Aim of the task:
Could you set down exactly the lines of the data below, starting at the one that holds "-0.628062458), (-8.997768861, -0.429539046))" and ending at the one that holds "2.342099551), (-8.423743712, 3.72791885))", both included, and only those?

Saved data entries:
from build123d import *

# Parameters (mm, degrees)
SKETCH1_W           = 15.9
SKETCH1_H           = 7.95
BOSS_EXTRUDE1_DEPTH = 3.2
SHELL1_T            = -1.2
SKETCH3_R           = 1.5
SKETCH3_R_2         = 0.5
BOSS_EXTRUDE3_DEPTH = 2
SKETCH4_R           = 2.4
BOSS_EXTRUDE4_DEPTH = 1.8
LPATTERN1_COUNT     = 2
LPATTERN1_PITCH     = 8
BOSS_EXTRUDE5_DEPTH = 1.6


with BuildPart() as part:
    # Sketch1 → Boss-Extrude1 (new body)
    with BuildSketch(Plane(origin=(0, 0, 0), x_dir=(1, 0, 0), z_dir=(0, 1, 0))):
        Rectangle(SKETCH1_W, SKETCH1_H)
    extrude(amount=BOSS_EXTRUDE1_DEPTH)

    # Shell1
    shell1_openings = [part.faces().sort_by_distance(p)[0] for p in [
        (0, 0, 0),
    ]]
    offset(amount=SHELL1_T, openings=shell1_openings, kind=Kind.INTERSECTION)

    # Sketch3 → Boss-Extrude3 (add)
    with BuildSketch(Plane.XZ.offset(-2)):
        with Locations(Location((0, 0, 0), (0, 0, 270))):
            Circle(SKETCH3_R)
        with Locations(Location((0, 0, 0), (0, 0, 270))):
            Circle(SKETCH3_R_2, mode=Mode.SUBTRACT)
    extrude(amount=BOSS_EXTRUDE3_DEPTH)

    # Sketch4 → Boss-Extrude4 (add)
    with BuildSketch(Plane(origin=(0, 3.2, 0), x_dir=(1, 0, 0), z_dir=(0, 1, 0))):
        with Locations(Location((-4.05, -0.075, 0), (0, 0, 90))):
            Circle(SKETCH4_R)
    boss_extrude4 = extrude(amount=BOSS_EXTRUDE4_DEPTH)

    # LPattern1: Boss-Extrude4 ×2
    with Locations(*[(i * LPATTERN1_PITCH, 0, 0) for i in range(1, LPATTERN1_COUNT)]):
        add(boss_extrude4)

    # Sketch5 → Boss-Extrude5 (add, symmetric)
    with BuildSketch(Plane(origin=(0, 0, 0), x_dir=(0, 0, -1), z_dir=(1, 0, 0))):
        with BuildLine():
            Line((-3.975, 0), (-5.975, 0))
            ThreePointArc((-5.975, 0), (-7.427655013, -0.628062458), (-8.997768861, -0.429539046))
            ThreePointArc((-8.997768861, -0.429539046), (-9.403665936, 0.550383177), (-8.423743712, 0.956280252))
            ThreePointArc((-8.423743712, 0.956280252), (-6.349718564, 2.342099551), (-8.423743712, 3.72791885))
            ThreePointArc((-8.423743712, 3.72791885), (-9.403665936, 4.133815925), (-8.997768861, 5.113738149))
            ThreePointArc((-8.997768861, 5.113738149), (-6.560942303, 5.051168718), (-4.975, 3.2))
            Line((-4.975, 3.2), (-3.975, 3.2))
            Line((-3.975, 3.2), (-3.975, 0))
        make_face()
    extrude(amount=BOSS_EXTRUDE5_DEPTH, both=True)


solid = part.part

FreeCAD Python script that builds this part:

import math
import FreeCAD as App
import Part
import Sketcher
from FreeCAD import Vector


def faces_at(feature, points):
    """Names of the faces that lie closest to the given points."""
    faces = feature.Shape.Faces
    near = lambda p: min(range(len(faces)), key=lambda i: faces[i].distToShape(Part.Vertex(*p))[0])
    return sorted({f"Face{near(p) + 1}" for p in points})


def add_polygon(sketch, points):
    """Adds a closed chain of lines whose ends are joined by coincident constraints."""
    first, n = sketch.GeometryCount, len(points)
    for a, b in zip(points, points[1:] + points[:1]):
        sketch.addGeometry(Part.LineSegment(App.Vector(*a, 0), App.Vector(*b, 0)), False)
    for i in range(n):
        sketch.addConstraint(Sketcher.Constraint("Coincident", first + i, 2, first + (i + 1) % n, 1))

doc = App.newDocument("Part")
body = doc.addObject("PartDesign::Body", "Body")

sketch1 = body.newObject("Sketcher::SketchObject", "Sketch")
sketch1.AttachmentSupport = (doc.getObject("XZ_Plane"), [""])
sketch1.MapMode = "FlatFace"
add_polygon(sketch1, [(-8, -4), (-8, 4), (8, 4), (8, -4)])
sketch1.addConstraint([
    Sketcher.Constraint("Vertical", 0),
    Sketcher.Constraint("Horizontal", 1),
    Sketcher.Constraint("Vertical", 2),
    Sketcher.Constraint("Horizontal", 3),
    Sketcher.Constraint("Symmetric", 0, 2, 2, 2, -1, 1),
    Sketcher.Constraint("DistanceX", 1, 1, 1, 2, 15.9),
    Sketcher.Constraint("DistanceY", 0, 1, 0, 2, 7.95),
])
pad1 = body.newObject("PartDesign::Pad", "Pad")
pad1.Profile = sketch1
pad1.Length = 3.2
pad1.Reversed = True
doc.recompute()

thickness = body.newObject("PartDesign::Thickness", "Thickness")
thickness.Base = (pad1, faces_at(pad1, [(0, 0, 0)]))
thickness.Value = 1.2
thickness.Reversed = True
thickness.Join = "Intersection"

sketch2 = body.newObject("Sketcher::SketchObject", "Sketch001")
sketch2.AttachmentSupport = (doc.getObject("XZ_Plane"), [""])
sketch2.MapMode = "FlatFace"
sketch2.AttachmentOffset = App.Placement(Vector(0, 0, -2), App.Rotation())
sketch2.addGeometry([
    Part.Circle(Vector(0, 0, 0), Vector(0, 0, 1), 1.5),
    Part.Circle(Vector(0, 0, 0), Vector(0, 0, 1), 0.5),
], False)
sketch2.addConstraint([
    Sketcher.Constraint("Coincident", 0, 3, -1, 1),
    Sketcher.Constraint("Coincident", 1, 3, -1, 1),
    Sketcher.Constraint("Diameter", 0, 3.0),
    Sketcher.Constraint("Diameter", 1, 1.0),
])
pad2 = body.newObject("PartDesign::Pad", "Pad001")
pad2.Profile = sketch2
pad2.Length = 2

sketch3 = body.newObject("Sketcher::SketchObject", "Sketch002")
sketch3.AttachmentSupport = (doc.getObject("XZ_Plane"), [""])
sketch3.MapMode = "FlatFace"
sketch3.AttachmentOffset = App.Placement(Vector(0, 0, -3.2), App.Rotation())
sketch3.addGeometry(Part.Circle(Vector(-4, 0.1, 0), Vector(0, 0, 1), 2.4), False)
sketch3.addConstraint([
    Sketcher.Constraint("Diameter", 0, 4.8),
    Sketcher.Constraint("DistanceX", 0, 3, -1, 1, 4.05),
    Sketcher.Constraint("DistanceY", -1, 1, 0, 3, 0.075),
])
pad3 = body.newObject("PartDesign::Pad", "Pad002")
pad3.Profile = sketch3
pad3.Length = 1.8
pad3.Reversed = True
doc.recompute()

linearpattern = body.newObject("PartDesign::LinearPattern", "LinearPattern")
linearpattern.Originals = [pad3]
linearpattern.Direction = (doc.getObject("X_Axis"), [""])
linearpattern.Mode = "offset"
linearpattern.Offset = 8
linearpattern.Occurrences = 2
body.Tip = linearpattern

sketch4 = body.newObject("Sketcher::SketchObject", "Sketch003")
sketch4.AttachmentSupport = (doc.getObject("YZ_Plane"), [""])
sketch4.MapMode = "FlatFace"
sketch4.addGeometry([
    Part.LineSegment(Vector(0, 6, 0), Vector(0, 4, 0)),
    Part.LineSegment(Vector(0, 4, 0), Vector(3.2, 4, 0)),
    Part.LineSegment(Vector(3.2, 4, 0), Vector(3.2, 5, 0)),
    Part.ArcOfCircle(Part.Circle(Vector(2.3, 7.8, 0), Vector(0, 0, 1), 3), math.radians(-73), math.radians(22)),
    Part.ArcOfCircle(Part.Circle(Vector(4.4, 8.7, 0), Vector(0, 0, 1), 0.8), math.radians(23), math.radians(202)),
    Part.ArcOfCircle(Part.Circle(Vector(2.3, 7.8, 0), Vector(0, 0, 1), 1.5), math.radians(158), math.radians(382)),
    Part.ArcOfCircle(Part.Circle(Vector(0.3, 8.7, 0), Vector(0, 0, 1), 0.8), math.radians(-23), math.radians(158)),
    Part.ArcOfCircle(Part.Circle(Vector(2.3, 7.8, 0), Vector(0, 0, 1), 3), math.radians(157), math.radians(219)),
], False)
sketch4.addConstraint([
    Sketcher.Constraint("Coincident", 0, 2, 1, 1),
    Sketcher.Constraint("Coincident", 1, 2, 2, 1),
    Sketcher.Constraint("Coincident", 2, 2, 3, 1),
    Sketcher.Constraint("Tangent", 3, 2, 4, 1),
    Sketcher.Constraint("Tangent", 4, 2, 5, 2),
    Sketcher.Constraint("Tangent", 5, 1, 6, 1),
    Sketcher.Constraint("Tangent", 6, 2, 7, 1),
    Sketcher.Constraint("Coincident", 7, 2, 0, 1),
    Sketcher.Constraint("Vertical", 0),
    Sketcher.Constraint("Horizontal", 1),
    Sketcher.Constraint("Vertical", 2),
    Sketcher.Constraint("Coincident", 5, 3, 3, 3),
    Sketcher.Constraint("Coincident", 7, 3, 3, 3),
    Sketcher.Constraint("Equal", 4, 6),
    Sketcher.Constraint("PointOnObject", 0, 2, -2),
    Sketcher.Constraint("Horizontal", 4, 3, 6, 3),
    Sketcher.Constraint("Radius", 3, 3.0),
    Sketcher.Constraint("Radius", 5, 1.5),
    Sketcher.Constraint("DistanceY", 0, 2, 0, 1, 2.0),
    Sketcher.Constraint("DistanceY", 2, 1, 2, 2, 1.0),
    Sketcher.Constraint("DistanceX", 1, 1, 1, 2, 3.2),
    Sketcher.Constraint("DistanceY", -1, 1, 0, 2, 3.975),
    Sketcher.Constraint("DistanceX", -1, 1, 4, 3, 4.420828),
])
pad4 = body.newObject("PartDesign::Pad", "Pad003")
pad4.Profile = sketch4
pad4.Length = 3.2
pad4.Midplane = True

doc.recompute()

Response area:
            ThreePointArc((-5.975, 0), (-7.427655013, -0.628062458), (-8.997768861, -0.429539046))
            ThreePointArc((-8.997768861, -0.429539046), (-9.403665936, 0.550383177), (-8.423743712, 0.956280252))
            ThreePointArc((-8.423743712, 0.956280252), (-6.349718564, 2.342099551), (-8.423743712, 3.72791885))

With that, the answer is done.